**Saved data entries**

==================================================

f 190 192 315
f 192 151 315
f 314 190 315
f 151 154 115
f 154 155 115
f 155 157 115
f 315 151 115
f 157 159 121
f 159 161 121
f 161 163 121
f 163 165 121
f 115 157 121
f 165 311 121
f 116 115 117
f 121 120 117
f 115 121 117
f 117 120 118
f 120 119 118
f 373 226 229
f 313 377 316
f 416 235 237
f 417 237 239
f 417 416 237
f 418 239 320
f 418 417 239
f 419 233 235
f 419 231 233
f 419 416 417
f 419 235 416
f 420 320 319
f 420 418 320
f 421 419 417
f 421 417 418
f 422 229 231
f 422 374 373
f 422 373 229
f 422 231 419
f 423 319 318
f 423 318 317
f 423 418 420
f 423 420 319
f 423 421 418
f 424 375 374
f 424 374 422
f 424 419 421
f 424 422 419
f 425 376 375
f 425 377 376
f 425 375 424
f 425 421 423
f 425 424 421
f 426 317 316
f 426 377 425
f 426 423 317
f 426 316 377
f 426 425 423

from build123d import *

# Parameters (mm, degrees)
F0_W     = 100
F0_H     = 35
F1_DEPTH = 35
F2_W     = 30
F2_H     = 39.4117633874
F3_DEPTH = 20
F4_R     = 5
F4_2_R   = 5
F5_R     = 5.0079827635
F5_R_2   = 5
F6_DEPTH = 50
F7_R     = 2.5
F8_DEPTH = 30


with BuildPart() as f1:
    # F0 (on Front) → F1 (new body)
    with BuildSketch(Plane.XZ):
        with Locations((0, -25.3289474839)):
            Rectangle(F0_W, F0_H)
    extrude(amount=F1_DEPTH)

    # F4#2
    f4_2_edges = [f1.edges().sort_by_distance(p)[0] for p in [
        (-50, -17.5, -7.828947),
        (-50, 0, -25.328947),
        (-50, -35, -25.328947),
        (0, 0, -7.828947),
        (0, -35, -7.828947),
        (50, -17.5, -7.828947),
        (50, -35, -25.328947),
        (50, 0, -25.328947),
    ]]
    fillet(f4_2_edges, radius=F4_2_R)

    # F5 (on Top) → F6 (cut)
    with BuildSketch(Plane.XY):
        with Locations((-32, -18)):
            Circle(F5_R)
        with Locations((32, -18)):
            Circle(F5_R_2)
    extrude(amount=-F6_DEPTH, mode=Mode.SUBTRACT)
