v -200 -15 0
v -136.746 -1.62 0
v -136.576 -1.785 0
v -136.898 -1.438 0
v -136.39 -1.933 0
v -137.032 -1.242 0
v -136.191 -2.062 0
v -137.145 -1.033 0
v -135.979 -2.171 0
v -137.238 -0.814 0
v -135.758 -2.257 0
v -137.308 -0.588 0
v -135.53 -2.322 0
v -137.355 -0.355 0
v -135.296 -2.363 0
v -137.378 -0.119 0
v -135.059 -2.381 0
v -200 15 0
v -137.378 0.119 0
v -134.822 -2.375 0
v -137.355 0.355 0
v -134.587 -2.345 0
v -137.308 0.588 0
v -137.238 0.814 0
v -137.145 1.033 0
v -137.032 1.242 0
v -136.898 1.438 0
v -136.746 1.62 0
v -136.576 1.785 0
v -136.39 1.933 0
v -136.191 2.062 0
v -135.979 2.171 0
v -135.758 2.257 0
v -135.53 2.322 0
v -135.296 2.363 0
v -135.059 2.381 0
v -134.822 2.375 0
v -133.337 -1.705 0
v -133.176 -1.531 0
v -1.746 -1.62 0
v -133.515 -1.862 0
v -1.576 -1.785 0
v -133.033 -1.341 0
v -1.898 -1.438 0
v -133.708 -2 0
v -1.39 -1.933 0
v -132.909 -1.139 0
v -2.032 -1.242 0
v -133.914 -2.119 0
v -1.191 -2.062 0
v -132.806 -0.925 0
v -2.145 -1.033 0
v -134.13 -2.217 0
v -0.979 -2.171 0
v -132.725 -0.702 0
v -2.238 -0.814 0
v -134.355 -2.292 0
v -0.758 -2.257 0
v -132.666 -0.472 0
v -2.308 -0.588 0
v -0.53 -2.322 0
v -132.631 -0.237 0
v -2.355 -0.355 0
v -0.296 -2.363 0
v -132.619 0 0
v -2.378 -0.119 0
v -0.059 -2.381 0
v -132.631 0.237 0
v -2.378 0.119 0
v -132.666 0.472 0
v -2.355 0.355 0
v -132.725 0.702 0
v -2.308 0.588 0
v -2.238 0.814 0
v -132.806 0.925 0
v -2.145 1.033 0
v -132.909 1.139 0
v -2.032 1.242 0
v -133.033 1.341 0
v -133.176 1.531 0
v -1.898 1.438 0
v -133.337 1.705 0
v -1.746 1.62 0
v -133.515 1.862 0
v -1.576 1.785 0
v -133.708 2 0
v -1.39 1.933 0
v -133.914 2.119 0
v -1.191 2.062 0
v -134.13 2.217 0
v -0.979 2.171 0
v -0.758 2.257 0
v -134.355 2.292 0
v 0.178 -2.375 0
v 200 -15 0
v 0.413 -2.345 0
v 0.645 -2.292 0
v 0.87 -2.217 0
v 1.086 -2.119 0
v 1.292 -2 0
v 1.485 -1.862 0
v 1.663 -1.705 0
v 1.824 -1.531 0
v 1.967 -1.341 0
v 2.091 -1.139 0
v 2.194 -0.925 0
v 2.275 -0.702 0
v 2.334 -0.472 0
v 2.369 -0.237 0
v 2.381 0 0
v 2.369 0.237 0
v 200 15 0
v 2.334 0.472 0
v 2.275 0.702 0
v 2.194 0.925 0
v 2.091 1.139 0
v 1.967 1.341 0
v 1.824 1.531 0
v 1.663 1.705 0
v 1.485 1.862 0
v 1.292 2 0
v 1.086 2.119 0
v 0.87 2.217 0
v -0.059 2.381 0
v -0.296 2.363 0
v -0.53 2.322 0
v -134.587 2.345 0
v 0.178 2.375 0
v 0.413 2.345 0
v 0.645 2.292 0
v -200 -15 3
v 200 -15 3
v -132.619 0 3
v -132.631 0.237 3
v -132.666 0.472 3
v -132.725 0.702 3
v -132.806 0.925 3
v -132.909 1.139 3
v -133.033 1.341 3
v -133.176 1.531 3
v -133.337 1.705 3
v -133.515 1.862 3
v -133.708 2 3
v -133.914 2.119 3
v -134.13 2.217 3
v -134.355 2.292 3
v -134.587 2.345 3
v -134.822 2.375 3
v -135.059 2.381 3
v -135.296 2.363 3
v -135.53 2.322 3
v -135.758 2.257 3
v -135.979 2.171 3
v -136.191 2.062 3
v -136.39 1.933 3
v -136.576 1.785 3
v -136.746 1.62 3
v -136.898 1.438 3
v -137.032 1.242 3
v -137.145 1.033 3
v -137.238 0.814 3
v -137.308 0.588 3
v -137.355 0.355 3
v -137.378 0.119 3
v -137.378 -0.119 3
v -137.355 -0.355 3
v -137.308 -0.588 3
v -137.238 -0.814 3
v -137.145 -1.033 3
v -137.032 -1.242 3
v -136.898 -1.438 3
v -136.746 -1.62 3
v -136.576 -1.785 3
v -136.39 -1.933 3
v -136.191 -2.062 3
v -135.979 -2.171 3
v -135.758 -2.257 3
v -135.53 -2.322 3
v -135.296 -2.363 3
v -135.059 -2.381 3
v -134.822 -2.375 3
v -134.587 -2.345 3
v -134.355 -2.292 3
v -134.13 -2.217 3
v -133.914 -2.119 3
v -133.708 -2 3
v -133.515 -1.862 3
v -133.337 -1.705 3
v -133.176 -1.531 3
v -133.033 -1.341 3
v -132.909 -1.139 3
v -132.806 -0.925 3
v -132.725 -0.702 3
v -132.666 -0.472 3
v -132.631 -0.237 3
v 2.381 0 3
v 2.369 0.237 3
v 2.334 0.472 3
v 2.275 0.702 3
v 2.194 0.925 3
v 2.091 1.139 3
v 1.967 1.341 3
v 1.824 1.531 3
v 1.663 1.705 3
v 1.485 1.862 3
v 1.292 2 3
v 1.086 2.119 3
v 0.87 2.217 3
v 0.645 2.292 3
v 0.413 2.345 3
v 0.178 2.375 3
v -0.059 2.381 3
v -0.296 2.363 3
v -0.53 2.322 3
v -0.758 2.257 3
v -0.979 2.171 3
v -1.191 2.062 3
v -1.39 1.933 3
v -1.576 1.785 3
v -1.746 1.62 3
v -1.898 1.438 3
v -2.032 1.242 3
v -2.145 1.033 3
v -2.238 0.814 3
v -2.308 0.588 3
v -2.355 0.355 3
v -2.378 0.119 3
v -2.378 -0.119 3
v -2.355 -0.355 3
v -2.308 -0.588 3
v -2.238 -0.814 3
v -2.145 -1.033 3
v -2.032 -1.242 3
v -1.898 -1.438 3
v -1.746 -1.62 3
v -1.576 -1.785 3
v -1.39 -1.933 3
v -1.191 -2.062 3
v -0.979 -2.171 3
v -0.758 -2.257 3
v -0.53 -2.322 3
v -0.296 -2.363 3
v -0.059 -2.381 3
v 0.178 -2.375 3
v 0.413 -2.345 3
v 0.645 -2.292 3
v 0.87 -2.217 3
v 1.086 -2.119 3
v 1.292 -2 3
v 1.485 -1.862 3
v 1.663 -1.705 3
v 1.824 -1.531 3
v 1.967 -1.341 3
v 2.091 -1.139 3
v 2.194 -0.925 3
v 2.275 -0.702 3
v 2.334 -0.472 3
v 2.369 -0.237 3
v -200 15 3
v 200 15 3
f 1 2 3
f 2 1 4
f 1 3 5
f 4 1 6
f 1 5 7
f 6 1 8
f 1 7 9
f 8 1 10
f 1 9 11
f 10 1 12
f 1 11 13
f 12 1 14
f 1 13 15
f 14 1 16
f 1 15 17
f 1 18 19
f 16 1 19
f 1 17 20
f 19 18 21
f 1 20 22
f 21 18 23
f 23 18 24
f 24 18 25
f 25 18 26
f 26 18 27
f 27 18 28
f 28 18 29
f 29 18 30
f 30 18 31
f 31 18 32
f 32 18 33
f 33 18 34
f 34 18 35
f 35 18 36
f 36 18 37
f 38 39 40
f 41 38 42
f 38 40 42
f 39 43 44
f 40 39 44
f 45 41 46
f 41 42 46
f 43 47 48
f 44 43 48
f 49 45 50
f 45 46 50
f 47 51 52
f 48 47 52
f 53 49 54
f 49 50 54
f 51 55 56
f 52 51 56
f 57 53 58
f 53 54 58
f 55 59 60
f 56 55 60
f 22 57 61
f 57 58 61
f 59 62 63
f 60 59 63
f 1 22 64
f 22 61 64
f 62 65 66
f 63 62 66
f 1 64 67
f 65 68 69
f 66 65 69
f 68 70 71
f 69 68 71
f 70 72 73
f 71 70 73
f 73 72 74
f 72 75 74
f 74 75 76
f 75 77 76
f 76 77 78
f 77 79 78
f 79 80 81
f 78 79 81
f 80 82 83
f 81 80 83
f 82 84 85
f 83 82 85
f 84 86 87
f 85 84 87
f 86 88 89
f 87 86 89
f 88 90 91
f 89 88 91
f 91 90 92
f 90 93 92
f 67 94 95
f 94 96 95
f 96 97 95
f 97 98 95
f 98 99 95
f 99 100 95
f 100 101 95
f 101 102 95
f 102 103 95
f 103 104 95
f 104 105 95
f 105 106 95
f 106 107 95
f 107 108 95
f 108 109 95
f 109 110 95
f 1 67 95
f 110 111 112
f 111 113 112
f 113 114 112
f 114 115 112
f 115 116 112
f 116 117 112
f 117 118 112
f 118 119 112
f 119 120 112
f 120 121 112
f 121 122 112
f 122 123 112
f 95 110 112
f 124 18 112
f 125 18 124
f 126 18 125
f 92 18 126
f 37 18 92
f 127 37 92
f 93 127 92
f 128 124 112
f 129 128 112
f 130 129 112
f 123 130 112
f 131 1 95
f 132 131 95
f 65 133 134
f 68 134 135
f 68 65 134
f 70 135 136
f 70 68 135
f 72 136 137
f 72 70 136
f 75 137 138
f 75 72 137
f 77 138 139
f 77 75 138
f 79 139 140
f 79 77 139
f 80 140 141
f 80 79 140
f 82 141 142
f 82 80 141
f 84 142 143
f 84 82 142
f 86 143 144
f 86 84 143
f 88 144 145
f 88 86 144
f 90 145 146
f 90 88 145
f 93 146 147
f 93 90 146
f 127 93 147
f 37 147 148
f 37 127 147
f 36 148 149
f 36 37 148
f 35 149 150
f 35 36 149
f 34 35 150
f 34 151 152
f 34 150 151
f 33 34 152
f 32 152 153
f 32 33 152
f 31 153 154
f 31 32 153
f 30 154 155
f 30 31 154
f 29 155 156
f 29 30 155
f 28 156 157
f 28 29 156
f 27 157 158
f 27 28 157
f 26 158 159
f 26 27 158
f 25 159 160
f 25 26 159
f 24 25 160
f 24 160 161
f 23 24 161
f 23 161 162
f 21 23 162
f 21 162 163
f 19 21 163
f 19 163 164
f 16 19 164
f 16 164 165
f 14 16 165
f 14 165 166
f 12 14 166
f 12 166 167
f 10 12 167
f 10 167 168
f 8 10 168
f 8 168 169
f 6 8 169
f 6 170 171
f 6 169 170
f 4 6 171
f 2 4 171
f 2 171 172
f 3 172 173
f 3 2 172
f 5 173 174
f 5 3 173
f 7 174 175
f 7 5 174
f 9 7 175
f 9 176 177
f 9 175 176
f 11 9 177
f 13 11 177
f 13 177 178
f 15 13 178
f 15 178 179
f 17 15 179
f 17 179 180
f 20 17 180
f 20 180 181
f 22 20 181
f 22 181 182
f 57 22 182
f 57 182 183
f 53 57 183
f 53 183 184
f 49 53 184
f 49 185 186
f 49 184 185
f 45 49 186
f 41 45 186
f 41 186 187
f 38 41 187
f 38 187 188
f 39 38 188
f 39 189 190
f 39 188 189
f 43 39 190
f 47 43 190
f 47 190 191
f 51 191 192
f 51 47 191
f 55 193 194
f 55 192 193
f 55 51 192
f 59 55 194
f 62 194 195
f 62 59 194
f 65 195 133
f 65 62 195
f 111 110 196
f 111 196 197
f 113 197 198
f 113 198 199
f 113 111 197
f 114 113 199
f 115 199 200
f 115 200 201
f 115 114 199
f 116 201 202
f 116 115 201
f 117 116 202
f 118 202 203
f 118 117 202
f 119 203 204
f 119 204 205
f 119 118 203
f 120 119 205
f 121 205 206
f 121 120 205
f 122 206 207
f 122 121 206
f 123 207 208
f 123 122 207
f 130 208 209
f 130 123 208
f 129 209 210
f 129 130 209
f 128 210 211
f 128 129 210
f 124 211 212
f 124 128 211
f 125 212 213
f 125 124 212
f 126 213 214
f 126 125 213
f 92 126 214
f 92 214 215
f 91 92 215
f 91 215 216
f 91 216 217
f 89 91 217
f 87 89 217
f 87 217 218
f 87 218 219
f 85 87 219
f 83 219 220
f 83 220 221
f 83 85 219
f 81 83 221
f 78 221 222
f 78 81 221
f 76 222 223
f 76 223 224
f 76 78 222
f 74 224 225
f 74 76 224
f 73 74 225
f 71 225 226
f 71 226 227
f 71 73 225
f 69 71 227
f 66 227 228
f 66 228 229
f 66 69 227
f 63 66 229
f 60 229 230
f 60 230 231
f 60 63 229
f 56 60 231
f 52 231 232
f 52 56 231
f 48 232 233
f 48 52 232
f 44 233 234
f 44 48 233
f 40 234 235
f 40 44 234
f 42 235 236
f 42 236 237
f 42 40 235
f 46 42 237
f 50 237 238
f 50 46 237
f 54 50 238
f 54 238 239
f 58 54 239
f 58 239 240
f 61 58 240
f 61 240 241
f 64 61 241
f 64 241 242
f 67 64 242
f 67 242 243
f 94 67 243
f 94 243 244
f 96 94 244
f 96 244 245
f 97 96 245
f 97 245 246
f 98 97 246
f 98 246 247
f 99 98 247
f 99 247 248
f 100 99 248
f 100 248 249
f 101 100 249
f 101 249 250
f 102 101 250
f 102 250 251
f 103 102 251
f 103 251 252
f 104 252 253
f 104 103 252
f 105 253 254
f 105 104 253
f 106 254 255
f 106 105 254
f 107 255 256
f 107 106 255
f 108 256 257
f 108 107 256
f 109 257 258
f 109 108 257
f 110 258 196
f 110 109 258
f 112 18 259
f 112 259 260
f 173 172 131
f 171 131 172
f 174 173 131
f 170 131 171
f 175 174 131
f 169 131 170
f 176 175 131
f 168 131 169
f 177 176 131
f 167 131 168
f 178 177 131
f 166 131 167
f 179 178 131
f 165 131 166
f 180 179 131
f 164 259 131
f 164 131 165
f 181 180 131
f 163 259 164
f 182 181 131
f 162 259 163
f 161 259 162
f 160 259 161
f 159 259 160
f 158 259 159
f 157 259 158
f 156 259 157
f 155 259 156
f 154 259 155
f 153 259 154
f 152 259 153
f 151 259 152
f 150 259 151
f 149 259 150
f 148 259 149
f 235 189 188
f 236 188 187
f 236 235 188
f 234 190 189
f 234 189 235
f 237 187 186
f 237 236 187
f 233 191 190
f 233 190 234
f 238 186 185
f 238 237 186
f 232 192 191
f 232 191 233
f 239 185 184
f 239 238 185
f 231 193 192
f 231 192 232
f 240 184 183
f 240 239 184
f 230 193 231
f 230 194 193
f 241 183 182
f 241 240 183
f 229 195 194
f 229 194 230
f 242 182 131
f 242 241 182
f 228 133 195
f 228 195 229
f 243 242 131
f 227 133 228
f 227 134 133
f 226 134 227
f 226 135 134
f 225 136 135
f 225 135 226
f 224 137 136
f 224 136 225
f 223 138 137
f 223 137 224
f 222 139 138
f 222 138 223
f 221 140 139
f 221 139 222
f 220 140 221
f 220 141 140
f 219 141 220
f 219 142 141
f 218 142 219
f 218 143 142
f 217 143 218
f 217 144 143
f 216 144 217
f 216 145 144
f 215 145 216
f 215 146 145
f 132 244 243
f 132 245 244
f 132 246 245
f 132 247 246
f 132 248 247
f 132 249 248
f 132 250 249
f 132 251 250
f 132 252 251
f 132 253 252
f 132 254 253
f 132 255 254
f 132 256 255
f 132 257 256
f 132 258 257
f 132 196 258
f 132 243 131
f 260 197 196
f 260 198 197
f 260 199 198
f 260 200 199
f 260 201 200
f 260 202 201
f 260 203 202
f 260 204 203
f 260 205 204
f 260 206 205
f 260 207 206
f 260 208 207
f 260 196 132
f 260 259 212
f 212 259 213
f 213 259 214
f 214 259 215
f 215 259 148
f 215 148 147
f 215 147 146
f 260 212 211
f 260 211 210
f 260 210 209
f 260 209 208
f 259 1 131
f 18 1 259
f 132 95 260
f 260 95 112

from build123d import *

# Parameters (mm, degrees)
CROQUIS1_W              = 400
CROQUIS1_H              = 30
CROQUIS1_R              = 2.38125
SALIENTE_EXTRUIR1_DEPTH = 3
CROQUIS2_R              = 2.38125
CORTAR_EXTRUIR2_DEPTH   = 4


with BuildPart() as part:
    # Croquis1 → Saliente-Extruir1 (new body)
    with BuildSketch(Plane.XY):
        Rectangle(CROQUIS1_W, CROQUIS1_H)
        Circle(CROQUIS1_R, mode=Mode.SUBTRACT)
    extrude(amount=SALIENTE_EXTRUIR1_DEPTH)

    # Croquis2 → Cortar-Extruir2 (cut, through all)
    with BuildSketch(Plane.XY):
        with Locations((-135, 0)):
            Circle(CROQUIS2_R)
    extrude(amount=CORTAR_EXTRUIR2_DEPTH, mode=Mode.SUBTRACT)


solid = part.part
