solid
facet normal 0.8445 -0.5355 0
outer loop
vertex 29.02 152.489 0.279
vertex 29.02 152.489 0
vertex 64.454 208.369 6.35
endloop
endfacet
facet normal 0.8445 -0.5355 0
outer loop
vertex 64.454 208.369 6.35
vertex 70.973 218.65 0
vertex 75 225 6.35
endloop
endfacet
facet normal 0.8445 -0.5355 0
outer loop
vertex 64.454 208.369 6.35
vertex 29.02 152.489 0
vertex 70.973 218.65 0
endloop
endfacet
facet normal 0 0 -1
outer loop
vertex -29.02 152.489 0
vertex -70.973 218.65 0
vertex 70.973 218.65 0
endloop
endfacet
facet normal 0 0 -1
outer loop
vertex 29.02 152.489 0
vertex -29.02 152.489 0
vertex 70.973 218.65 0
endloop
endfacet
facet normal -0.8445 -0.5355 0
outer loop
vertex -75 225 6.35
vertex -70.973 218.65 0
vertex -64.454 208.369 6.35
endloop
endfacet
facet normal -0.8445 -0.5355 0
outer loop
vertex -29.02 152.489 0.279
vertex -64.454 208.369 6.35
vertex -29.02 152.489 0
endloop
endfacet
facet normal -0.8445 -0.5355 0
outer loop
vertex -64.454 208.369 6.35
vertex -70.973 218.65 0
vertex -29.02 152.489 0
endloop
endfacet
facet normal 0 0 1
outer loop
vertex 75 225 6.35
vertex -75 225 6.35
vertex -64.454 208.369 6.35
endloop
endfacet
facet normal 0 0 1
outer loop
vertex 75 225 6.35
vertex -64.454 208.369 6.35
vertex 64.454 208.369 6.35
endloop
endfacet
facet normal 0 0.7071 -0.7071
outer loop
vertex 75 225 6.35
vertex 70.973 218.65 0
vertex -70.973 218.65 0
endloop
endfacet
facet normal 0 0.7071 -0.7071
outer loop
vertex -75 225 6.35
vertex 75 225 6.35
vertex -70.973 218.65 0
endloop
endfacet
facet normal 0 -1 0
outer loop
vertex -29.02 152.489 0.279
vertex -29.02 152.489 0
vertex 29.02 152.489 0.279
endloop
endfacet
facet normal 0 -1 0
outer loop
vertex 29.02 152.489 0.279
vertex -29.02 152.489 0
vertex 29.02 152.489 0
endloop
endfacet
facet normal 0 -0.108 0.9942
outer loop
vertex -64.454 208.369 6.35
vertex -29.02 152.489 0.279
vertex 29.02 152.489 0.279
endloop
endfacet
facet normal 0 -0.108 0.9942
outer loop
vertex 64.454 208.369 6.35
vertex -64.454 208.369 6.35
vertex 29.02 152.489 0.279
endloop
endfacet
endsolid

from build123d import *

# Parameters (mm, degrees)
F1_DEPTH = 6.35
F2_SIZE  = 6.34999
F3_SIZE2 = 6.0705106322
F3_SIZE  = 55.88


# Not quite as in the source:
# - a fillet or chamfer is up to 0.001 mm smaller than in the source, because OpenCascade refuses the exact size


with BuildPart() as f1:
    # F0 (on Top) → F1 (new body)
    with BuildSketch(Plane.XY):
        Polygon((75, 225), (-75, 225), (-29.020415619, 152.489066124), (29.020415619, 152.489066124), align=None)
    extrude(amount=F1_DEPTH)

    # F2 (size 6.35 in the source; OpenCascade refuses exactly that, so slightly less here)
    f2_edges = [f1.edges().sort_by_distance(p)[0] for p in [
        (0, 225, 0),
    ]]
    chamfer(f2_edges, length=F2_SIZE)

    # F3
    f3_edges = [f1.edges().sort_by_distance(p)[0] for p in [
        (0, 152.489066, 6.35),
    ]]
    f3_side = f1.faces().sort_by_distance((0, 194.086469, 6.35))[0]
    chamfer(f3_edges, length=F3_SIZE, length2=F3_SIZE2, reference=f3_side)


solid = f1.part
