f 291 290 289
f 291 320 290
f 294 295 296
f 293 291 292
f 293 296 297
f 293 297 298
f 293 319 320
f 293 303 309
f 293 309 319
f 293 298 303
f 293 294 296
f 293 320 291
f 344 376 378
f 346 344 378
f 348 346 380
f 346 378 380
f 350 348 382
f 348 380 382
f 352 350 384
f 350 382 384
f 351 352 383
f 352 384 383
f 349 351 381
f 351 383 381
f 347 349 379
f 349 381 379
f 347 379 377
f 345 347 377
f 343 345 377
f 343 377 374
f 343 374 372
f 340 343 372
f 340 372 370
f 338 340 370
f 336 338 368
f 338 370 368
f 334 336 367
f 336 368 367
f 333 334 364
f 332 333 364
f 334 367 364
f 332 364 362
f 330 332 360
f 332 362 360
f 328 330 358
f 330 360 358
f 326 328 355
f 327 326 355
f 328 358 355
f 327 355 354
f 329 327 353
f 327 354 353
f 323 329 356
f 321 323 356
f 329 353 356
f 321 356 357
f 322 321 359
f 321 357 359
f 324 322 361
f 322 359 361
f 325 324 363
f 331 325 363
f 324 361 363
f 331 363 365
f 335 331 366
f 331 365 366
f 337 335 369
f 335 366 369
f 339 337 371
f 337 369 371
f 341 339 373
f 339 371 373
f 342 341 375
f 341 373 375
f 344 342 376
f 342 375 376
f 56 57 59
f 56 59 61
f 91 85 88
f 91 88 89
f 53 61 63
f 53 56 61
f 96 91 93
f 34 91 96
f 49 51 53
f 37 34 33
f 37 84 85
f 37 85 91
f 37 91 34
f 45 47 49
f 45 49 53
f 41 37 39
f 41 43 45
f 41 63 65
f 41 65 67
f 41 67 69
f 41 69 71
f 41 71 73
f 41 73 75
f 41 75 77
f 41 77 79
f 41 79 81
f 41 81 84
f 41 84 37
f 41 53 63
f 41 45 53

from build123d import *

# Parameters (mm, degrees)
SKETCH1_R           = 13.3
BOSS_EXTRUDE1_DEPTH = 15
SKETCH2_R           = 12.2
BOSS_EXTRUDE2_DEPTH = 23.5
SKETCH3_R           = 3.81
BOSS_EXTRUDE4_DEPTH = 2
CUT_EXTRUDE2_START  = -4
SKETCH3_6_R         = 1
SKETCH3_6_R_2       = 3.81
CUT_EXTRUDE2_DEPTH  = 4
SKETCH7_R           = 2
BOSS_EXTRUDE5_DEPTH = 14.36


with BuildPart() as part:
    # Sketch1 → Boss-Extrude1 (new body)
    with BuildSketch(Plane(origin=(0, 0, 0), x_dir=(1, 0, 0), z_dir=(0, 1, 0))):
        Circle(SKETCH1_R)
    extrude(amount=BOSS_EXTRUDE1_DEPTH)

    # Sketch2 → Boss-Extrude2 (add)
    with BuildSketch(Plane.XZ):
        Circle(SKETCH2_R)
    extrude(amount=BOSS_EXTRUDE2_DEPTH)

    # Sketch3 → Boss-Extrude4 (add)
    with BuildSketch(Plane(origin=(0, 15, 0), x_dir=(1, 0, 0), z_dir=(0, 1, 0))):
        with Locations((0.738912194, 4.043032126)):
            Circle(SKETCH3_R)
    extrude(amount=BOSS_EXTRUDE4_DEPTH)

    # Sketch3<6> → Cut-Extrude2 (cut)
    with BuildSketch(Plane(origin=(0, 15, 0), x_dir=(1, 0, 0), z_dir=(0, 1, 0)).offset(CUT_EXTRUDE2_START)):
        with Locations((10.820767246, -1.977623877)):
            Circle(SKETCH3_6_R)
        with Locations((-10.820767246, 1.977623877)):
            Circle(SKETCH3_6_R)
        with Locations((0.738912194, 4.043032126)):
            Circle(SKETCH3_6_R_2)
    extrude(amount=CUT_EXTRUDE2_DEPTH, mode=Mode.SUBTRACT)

==================================================

The required answer is the run of lines above, starting at the line with "f 373 226 229" and ending at the line with "f 426 317 316", reproduced exactly with both ends.

**Exercise answer**
f 373 226 229
f 313 377 316
f 416 235 237
f 417 237 239
f 417 416 237
f 418 239 320
f 418 417 239
f 419 233 235
f 419 231 233
f 419 416 417
f 419 235 416
f 420 320 319
f 420 418 320
f 421 419 417
f 421 417 418
f 422 229 231
f 422 374 373
f 422 373 229
f 422 231 419
f 423 319 318
f 423 318 317
f 423 418 420
f 423 420 319
f 423 421 418
f 424 375 374
f 424 374 422
f 424 419 421
f 424 422 419
f 425 376 375
f 425 377 376
f 425 375 424
f 425 421 423
f 425 424 421
f 426 317 316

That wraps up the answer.